The company that I currently work for (I'm still on a student visa) wants to sponsor me for an H1B visa. The Labor Condition Application already is approved. Will the company have to hire a lawyer to do this or is it possible without? Also, I don't find the official instructions for form I-129 very useful. Are there more detailed instructions somewhere online that explain the lines in detail?


----------



## twostep (Apr 3, 2008)

uscis.gov is the official source and goes into every detail. A company is not required to use an attorney but I have never come across one not using legal assistance for H1B.


----------



## arielle (Feb 22, 2011)

Thanks for your quick reply. Yes, that's what I thought that many companies prefer to use a lawyer. The company that I work for is small. While they are paying me prevailing wages, they want to save costs for a lawyer and do the application themselves. The official instructions on the uscis website are not very detailed and basically force people to hire a lawyer.


----------



## twostep (Apr 3, 2008)

arielle said:


> Thanks for your quick reply. Yes, that's what I thought that many companies prefer to use a lawyer. The company that I work for is small. While they are paying me prevailing wages, they want to save costs for a lawyer and do the application themselves. The official instructions on the uscis website are not very detailed and basically force people to hire a lawyer.


I assume you are on OTP. ??? 

Personally I see nothing difficult on convaluted with the official forms and instructions. A company wanting to save on a couple of hours of attorney fees (which are tax deductible) might be a concern. 

Please feel free to ask specific questions. Everyone here will answer to the best of his/her capability.


----------



## arielle (Feb 22, 2011)

Yes, I'm currently doing OPT. I have been working for this company for my entire OPT period, more than 2 years (I'm doing OPT extension). Yes, the company is cheap, I know. But there's nothing I can do about it. 

I had a few specific questions about form I-129.

1) On page 1, it says "Individual Tax Number" and "Social Security Number." I assume this has to be left blank, since it's a company that's sponsoring me and not an individual? 
2) What is the start date? Is it October 1? My OPT will expire in the middle of July, but I think there is a cap gap, so I could legally work until the H1B starts. Is it ok if the company chooses October 1 as start date?
3) The form asks for an Alien number. Is that the number that's listed on my EAD card (OPT work authorization card)?
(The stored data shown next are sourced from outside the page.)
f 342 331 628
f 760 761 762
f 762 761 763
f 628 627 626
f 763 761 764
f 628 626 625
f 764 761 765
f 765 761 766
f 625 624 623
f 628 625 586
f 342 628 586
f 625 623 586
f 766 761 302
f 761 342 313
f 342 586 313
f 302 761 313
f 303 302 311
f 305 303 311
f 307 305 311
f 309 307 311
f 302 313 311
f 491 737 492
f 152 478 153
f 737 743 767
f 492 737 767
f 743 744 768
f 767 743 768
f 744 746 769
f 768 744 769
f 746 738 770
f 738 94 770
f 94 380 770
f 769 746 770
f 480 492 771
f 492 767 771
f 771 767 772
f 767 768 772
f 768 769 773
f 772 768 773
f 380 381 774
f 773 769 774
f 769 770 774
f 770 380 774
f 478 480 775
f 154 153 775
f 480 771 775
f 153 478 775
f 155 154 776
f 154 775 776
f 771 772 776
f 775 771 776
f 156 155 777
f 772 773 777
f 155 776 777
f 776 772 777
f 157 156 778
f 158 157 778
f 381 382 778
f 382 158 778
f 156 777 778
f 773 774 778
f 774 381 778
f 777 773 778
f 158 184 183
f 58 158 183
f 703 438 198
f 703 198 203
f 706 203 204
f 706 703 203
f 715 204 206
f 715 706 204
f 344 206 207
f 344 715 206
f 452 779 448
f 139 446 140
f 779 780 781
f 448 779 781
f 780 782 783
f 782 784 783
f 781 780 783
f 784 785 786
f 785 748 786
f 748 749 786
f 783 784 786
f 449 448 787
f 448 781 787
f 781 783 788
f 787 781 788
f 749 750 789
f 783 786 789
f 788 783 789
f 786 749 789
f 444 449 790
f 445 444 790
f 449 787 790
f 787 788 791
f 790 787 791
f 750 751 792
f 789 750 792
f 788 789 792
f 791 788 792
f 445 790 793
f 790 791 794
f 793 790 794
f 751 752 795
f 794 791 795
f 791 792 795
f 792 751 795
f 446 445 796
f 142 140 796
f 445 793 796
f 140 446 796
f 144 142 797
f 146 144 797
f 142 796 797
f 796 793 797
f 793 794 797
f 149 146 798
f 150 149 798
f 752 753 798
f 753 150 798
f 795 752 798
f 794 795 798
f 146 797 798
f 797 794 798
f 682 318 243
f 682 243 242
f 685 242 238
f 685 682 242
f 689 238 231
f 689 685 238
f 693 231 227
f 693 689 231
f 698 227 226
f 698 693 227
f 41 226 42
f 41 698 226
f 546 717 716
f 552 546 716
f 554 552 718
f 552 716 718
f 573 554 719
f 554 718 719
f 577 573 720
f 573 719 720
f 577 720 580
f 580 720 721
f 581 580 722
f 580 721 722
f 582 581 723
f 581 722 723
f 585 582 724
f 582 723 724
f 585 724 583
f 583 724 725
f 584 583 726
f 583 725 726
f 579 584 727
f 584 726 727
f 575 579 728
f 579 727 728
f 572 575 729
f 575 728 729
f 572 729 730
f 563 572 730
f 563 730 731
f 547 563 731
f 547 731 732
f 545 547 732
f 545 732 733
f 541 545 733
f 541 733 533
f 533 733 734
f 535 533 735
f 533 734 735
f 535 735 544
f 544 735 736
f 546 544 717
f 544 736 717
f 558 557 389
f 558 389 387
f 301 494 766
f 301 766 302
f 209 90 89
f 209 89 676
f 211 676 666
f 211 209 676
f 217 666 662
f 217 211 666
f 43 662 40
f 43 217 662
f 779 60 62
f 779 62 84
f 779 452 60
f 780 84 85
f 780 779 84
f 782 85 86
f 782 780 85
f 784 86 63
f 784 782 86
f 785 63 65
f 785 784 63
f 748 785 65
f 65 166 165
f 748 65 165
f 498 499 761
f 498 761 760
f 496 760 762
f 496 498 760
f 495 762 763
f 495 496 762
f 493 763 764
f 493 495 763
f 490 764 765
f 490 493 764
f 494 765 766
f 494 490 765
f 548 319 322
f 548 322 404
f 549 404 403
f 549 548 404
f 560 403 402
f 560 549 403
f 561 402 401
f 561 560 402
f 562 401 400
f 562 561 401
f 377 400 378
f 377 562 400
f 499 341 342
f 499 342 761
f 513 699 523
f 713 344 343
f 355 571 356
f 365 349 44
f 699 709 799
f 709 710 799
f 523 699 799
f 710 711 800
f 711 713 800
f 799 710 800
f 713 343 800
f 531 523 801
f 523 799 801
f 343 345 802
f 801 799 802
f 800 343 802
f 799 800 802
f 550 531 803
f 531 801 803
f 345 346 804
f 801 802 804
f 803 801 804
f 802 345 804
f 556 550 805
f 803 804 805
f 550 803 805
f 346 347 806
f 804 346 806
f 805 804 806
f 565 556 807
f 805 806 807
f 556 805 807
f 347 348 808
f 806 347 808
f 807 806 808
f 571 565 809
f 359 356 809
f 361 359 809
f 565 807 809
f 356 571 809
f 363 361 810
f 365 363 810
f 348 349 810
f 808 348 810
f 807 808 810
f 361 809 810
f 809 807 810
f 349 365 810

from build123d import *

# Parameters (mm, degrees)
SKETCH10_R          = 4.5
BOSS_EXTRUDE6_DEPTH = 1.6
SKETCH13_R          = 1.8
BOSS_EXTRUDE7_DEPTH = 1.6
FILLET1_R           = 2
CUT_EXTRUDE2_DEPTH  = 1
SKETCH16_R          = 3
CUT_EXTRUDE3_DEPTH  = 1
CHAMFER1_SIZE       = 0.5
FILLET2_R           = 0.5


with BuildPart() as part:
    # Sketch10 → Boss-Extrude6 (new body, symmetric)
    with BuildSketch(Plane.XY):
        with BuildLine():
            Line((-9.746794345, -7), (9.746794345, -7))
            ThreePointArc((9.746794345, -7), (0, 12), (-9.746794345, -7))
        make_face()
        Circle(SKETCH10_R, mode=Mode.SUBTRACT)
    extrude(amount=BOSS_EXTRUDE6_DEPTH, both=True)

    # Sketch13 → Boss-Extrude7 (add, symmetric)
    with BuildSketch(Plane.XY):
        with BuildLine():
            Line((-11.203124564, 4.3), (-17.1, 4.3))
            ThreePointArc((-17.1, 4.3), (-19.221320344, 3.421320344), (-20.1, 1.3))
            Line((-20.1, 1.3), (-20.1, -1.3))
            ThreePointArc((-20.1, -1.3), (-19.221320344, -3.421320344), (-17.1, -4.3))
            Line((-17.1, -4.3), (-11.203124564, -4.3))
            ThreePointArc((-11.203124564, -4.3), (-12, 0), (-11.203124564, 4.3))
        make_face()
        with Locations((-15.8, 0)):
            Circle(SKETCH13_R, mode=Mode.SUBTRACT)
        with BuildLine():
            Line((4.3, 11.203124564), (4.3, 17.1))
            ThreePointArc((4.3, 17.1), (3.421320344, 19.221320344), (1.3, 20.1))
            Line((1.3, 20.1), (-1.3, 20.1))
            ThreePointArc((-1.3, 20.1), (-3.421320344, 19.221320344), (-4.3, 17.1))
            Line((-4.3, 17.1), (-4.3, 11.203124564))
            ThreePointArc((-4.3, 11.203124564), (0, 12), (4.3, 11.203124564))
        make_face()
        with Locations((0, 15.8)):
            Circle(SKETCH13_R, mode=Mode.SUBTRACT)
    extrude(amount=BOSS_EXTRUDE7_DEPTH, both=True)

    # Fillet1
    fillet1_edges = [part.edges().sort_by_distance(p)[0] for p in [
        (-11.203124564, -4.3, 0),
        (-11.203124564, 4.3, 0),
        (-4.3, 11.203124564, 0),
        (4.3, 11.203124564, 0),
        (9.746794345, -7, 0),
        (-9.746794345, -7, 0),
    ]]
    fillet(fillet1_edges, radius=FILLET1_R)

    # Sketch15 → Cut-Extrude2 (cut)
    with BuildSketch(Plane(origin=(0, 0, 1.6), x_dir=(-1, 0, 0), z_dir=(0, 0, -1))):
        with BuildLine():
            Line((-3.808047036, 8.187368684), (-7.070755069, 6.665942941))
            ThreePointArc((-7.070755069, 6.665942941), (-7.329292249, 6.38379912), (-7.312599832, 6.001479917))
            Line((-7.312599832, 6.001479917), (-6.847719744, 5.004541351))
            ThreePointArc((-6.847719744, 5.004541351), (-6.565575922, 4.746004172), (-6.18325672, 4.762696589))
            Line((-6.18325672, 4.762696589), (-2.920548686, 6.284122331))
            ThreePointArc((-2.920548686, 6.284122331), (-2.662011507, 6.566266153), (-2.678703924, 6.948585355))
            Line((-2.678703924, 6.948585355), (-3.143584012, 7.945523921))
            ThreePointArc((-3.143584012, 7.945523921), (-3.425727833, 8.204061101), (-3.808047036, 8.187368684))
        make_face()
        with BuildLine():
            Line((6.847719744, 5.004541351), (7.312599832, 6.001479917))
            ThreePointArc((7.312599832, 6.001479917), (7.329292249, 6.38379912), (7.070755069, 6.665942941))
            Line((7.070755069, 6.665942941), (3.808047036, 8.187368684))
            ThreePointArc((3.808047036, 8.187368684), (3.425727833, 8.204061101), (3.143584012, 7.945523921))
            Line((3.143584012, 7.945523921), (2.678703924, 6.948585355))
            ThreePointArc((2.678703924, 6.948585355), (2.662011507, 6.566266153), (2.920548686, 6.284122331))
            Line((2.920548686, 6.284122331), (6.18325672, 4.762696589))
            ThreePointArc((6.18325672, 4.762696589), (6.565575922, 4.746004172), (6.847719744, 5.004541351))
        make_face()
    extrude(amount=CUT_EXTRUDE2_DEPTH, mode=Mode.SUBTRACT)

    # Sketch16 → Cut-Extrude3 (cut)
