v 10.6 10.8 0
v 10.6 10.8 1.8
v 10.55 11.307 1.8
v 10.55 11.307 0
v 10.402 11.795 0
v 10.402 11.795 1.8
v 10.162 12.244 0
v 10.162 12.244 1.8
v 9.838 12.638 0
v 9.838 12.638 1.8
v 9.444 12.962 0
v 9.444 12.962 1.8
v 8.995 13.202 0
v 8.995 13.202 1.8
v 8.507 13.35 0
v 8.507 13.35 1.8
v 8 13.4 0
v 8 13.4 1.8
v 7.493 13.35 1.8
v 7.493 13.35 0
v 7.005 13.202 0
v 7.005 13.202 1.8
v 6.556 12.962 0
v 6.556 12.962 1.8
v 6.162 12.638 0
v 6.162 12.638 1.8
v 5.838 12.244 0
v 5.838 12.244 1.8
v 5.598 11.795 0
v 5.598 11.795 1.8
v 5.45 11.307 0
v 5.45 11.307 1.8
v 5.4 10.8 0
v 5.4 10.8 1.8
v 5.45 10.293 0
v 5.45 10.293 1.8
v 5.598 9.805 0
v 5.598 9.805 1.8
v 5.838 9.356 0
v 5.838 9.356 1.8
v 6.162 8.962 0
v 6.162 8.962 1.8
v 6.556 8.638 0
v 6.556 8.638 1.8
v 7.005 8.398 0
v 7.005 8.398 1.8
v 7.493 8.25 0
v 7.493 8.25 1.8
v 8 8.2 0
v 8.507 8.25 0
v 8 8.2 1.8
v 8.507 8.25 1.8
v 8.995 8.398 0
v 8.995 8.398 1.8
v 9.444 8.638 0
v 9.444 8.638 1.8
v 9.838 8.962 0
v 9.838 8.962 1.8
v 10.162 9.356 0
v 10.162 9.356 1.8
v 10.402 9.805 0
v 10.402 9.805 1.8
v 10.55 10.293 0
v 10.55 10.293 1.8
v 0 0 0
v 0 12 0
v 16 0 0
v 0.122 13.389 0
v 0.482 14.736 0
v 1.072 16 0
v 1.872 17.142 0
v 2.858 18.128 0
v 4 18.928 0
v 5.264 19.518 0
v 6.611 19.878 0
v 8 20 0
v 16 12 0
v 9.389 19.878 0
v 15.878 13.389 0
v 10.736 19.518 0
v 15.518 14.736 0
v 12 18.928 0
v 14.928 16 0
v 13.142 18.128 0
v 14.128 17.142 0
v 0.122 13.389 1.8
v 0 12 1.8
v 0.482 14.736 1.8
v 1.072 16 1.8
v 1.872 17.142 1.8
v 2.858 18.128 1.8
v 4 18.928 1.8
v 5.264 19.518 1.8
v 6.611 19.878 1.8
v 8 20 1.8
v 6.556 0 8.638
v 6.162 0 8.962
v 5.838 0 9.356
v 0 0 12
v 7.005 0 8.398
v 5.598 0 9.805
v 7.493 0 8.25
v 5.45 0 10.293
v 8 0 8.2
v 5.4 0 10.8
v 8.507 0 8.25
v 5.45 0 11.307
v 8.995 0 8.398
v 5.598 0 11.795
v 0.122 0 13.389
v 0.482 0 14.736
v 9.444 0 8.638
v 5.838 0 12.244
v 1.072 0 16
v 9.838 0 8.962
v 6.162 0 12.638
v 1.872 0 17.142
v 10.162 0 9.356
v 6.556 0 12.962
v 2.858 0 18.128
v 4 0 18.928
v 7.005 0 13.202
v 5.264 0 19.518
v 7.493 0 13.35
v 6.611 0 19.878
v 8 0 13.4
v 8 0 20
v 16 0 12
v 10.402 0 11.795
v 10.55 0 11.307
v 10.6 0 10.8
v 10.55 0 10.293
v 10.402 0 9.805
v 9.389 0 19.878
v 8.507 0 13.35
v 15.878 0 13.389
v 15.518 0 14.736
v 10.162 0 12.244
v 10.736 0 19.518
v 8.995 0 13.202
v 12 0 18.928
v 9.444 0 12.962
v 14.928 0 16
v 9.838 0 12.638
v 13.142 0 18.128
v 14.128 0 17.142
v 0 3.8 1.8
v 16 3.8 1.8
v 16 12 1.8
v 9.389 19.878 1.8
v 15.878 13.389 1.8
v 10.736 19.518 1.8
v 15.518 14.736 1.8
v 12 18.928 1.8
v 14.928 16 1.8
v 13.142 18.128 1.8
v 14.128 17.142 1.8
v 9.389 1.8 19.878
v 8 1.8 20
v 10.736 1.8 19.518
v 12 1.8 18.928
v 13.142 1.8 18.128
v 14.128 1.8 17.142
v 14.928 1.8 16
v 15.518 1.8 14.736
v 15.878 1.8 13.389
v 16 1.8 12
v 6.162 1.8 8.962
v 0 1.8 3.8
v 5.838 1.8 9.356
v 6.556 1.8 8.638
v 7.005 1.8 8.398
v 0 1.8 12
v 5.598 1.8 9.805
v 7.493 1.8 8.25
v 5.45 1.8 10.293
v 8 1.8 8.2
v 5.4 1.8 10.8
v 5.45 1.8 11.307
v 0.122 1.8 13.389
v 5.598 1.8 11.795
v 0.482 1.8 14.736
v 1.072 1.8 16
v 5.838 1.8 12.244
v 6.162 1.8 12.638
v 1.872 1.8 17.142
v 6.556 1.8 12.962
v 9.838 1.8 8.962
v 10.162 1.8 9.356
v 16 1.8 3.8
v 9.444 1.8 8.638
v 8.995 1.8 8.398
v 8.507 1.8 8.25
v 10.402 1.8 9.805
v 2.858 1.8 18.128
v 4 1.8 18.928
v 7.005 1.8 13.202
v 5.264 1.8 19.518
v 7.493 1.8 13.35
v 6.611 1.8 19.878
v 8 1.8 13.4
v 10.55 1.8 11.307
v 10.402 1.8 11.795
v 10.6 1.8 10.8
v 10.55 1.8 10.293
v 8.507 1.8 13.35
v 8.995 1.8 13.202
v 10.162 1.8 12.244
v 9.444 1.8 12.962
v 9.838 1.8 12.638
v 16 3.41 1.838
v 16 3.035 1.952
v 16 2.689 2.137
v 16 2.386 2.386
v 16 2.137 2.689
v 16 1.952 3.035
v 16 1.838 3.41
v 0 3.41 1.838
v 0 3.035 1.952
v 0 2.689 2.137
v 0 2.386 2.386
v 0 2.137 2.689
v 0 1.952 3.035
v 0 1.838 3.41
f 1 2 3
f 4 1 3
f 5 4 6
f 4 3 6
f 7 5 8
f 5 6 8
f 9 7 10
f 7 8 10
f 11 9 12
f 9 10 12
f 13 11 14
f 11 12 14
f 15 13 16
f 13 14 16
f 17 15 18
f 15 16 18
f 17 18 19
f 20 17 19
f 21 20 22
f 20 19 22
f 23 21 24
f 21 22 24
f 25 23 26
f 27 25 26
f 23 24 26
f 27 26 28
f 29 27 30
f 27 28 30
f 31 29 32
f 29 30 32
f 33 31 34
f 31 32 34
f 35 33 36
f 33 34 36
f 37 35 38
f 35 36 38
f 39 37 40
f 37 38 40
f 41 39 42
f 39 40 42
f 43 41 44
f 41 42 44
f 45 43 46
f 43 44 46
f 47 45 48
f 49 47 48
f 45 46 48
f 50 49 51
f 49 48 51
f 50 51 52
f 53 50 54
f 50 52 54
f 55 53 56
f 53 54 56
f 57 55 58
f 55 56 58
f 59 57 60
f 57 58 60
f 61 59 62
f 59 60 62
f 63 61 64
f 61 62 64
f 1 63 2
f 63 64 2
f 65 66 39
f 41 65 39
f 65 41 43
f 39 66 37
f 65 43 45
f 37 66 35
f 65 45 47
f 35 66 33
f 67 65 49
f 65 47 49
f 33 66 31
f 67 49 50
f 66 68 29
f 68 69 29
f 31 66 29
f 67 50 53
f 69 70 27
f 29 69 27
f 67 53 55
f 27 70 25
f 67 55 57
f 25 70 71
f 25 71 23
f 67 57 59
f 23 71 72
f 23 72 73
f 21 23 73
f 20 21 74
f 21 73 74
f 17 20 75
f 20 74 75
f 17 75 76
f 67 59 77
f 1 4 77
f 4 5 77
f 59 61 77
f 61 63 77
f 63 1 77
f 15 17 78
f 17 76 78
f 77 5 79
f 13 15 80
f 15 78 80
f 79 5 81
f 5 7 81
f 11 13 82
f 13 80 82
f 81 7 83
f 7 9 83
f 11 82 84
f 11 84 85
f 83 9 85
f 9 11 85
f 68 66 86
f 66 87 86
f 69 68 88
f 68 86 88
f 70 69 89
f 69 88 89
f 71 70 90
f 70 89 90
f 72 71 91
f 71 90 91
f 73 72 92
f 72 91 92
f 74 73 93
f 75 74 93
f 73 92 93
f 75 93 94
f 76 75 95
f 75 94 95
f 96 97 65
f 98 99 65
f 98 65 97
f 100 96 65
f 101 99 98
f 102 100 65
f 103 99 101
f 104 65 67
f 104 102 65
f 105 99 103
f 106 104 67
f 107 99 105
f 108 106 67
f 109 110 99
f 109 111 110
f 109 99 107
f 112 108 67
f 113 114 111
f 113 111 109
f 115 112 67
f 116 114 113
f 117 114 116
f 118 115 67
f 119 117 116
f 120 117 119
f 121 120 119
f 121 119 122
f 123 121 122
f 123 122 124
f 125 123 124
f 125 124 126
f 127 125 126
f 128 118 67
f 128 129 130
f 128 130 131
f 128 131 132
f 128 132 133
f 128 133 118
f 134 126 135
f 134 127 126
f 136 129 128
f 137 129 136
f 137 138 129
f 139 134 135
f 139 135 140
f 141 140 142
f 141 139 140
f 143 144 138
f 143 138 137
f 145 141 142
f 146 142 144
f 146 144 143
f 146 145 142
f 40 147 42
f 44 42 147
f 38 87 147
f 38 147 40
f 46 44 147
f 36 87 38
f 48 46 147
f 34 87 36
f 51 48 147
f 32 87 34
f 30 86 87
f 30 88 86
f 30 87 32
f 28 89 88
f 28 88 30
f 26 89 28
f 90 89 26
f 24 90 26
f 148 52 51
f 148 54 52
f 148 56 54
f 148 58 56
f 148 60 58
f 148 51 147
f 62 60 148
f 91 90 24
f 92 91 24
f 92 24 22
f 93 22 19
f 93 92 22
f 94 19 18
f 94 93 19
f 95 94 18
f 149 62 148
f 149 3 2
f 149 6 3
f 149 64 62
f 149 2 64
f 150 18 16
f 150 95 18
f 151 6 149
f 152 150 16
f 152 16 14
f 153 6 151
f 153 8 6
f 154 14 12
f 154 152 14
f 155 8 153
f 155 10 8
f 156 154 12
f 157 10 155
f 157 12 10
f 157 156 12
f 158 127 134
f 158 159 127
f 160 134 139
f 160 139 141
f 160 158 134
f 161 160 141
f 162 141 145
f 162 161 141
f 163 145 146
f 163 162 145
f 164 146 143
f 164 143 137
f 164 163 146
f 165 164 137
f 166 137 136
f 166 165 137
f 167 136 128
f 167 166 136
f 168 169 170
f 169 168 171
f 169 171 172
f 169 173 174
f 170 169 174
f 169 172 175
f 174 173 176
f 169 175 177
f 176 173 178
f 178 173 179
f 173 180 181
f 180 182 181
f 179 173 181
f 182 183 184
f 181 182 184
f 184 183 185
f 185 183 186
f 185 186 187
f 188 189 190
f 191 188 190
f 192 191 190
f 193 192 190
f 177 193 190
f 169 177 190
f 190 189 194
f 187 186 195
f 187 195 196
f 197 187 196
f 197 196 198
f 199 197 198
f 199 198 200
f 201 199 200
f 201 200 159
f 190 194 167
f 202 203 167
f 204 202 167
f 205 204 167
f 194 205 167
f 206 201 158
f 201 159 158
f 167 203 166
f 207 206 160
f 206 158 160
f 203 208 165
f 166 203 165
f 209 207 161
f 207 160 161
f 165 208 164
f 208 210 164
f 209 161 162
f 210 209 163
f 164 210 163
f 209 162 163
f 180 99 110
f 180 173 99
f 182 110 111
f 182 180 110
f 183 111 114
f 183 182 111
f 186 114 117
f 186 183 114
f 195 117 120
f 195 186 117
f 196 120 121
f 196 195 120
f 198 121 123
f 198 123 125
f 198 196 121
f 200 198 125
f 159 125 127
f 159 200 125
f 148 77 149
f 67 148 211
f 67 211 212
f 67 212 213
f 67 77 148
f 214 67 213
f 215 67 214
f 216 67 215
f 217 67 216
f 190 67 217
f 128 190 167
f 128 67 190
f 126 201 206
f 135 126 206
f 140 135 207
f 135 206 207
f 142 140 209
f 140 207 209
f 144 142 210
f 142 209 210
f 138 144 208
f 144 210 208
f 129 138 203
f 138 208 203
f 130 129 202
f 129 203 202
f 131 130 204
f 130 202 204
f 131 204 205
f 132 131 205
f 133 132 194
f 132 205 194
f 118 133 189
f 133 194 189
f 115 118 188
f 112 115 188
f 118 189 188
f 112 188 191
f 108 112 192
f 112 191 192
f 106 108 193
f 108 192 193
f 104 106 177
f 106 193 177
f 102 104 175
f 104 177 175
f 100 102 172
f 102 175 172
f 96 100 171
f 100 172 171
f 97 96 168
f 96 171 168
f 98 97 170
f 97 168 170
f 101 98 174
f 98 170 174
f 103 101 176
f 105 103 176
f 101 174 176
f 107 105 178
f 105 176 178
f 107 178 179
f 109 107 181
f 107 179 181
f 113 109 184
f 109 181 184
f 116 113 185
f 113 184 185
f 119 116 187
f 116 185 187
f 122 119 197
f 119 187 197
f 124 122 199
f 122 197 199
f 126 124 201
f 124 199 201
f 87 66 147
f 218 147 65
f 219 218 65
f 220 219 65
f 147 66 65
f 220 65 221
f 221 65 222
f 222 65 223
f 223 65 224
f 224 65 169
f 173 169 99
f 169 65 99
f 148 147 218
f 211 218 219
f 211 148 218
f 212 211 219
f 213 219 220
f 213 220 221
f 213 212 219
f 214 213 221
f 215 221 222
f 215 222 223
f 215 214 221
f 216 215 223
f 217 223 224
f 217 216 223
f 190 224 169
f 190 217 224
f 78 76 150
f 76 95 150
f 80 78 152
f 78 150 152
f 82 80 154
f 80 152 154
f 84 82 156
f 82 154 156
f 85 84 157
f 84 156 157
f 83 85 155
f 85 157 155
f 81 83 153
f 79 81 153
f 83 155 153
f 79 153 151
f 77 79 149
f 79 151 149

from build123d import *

# Parameters (mm, degrees)
SKETCH1_W           = 16
SKETCH1_H           = 20
BOSS_EXTRUDE1_DEPTH = 1.8
SKETCH2_W           = 16
SKETCH2_H           = 18.2
BOSS_EXTRUDE2_DEPTH = 1.8
SKETCH3_R           = 2.6
CUT_EXTRUDE1_DEPTH  = 1.8
SKETCH4_R           = 2.6
CUT_EXTRUDE2_DEPTH  = 1.8
FILLET1_R           = 2
FILLET2_R           = 8


with BuildPart() as part:
    # Sketch1 → Boss-Extrude1 (new body)
    with BuildSketch(Plane.XY):
        with Locations((8, 10)):
            Rectangle(SKETCH1_W, SKETCH1_H)
    extrude(amount=BOSS_EXTRUDE1_DEPTH)

    # Sketch2 → Boss-Extrude2 (add)
    with BuildSketch(Plane.XZ):
        with Locations((8, 10.9)):
            Rectangle(SKETCH2_W, SKETCH2_H)
    extrude(amount=-BOSS_EXTRUDE2_DEPTH)

    # Sketch3 → Cut-Extrude1 (cut)
    with BuildSketch(Plane.XY.offset(1.8)):
        with Locations((8, 10.8)):
            Circle(SKETCH3_R)
    extrude(amount=-CUT_EXTRUDE1_DEPTH, mode=Mode.SUBTRACT)

    # Sketch4 → Cut-Extrude2 (cut)
    with BuildSketch(Plane(origin=(0, 1.8, 0), x_dir=(1, 0, 0), z_dir=(0, 1, 0))):
        with Locations(Location((8, -10.8, 0), (0, 0, 270))):
            Circle(SKETCH4_R)
    extrude(amount=-CUT_EXTRUDE2_DEPTH, mode=Mode.SUBTRACT)

    # Fillet1
    fillet1_edges = [part.edges().sort_by_distance(p)[0] for p in [
        (8, 1.8, 1.8),
    ]]
    fillet(fillet1_edges, radius=FILLET1_R)

    # Fillet2
    fillet2_edges = [part.edges().sort_by_distance(p)[0] for p in [
        (16, 0.9, 20),
        (0, 0.9, 20),
        (16, 20, 0.9),
        (0, 20, 0.9),
    ]]
    fillet(fillet2_edges, radius=FILLET2_R - 0.0001)  # a hair under: the kernel refuses the full size


solid = part.part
Thanks to all who can give me some clues!


----------



## twostep (Apr 3, 2008)

arielle said:


> Yes, I'm currently doing OPT. I have been working for this company for my entire OPT period, more than 2 years (I'm doing OPT extension). Yes, the company is cheap, I know. But there's nothing I can do about it.
> 
> I had a few specific questions about form I-129.
> 
> ...


I do not have time to go through all of your questions right now.
1) Questions taken out of context are impossible to answer. I assume you are talking about Form I129 Part I Petitioner Information. Depending on the legal status of your sponsoring employer j/k/i may be applicable. Which one?


----------



## arielle (Feb 22, 2011)

Yes, I was talking about Part 1 (Petitioner Information) on form I-129. The employer has a Federal Employer Identification Number (item j). I just wasn't sure what is meant by Individual Tax Number and Social Security Number.


----------



## Bevdeforges (Nov 16, 2007)

arielle said:


> Yes, I was talking about Part 1 (Petitioner Information) on form I-129. The employer has a Federal Employer Identification Number (item j). I just wasn't sure what is meant by Individual Tax Number and Social Security Number.


If it's in the section on individual identification, then you will eventually need to have a social security number (which registers you for tax purposes). If you are already working for this company, you should already have one if you're being paid for your work.
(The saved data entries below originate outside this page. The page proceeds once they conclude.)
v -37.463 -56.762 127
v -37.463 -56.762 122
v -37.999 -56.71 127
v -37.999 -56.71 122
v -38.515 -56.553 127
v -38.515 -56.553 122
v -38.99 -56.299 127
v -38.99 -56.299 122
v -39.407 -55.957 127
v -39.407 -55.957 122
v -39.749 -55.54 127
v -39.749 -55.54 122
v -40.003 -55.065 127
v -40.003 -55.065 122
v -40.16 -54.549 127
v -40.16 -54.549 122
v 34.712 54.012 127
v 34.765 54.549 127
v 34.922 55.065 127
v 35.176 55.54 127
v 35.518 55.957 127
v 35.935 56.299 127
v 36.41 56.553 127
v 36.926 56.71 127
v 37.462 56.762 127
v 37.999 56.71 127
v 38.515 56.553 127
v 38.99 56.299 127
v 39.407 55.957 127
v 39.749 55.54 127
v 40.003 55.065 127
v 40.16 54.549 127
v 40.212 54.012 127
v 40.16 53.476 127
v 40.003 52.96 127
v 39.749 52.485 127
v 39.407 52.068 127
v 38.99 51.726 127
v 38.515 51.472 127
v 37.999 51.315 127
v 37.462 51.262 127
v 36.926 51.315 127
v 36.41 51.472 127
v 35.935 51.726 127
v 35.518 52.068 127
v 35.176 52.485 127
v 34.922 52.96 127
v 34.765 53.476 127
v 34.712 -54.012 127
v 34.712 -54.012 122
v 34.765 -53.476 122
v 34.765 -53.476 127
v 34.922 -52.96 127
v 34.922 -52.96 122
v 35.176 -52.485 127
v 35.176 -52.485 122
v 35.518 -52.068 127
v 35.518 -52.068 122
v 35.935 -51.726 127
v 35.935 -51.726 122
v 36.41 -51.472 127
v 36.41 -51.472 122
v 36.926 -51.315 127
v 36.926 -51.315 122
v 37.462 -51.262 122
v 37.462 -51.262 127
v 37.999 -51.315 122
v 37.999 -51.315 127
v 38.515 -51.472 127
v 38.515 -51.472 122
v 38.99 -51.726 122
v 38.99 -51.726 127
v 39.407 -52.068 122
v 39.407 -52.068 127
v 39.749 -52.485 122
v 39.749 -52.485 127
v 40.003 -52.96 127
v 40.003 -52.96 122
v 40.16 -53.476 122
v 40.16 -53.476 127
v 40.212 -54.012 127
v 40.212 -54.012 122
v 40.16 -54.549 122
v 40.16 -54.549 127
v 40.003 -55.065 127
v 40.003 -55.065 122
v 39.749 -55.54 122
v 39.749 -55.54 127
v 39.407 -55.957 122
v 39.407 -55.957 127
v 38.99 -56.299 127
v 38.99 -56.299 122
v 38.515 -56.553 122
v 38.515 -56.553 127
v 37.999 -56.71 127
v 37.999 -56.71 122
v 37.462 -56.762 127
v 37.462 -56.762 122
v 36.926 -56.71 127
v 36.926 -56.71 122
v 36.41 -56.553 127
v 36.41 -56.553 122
The Tax ID number is a number assigned to non-resident aliens who need to be identified for tax purposes.
Cheers,
Bev


----------



## arielle (Feb 22, 2011)

Yes, I know what a social security number is and I have one. But my question was unrelated to this. I was referring to a specific form (I-129) where it asks about information about the petitioner (which is the company that I work for). Anyway, thanks for your reply.


----------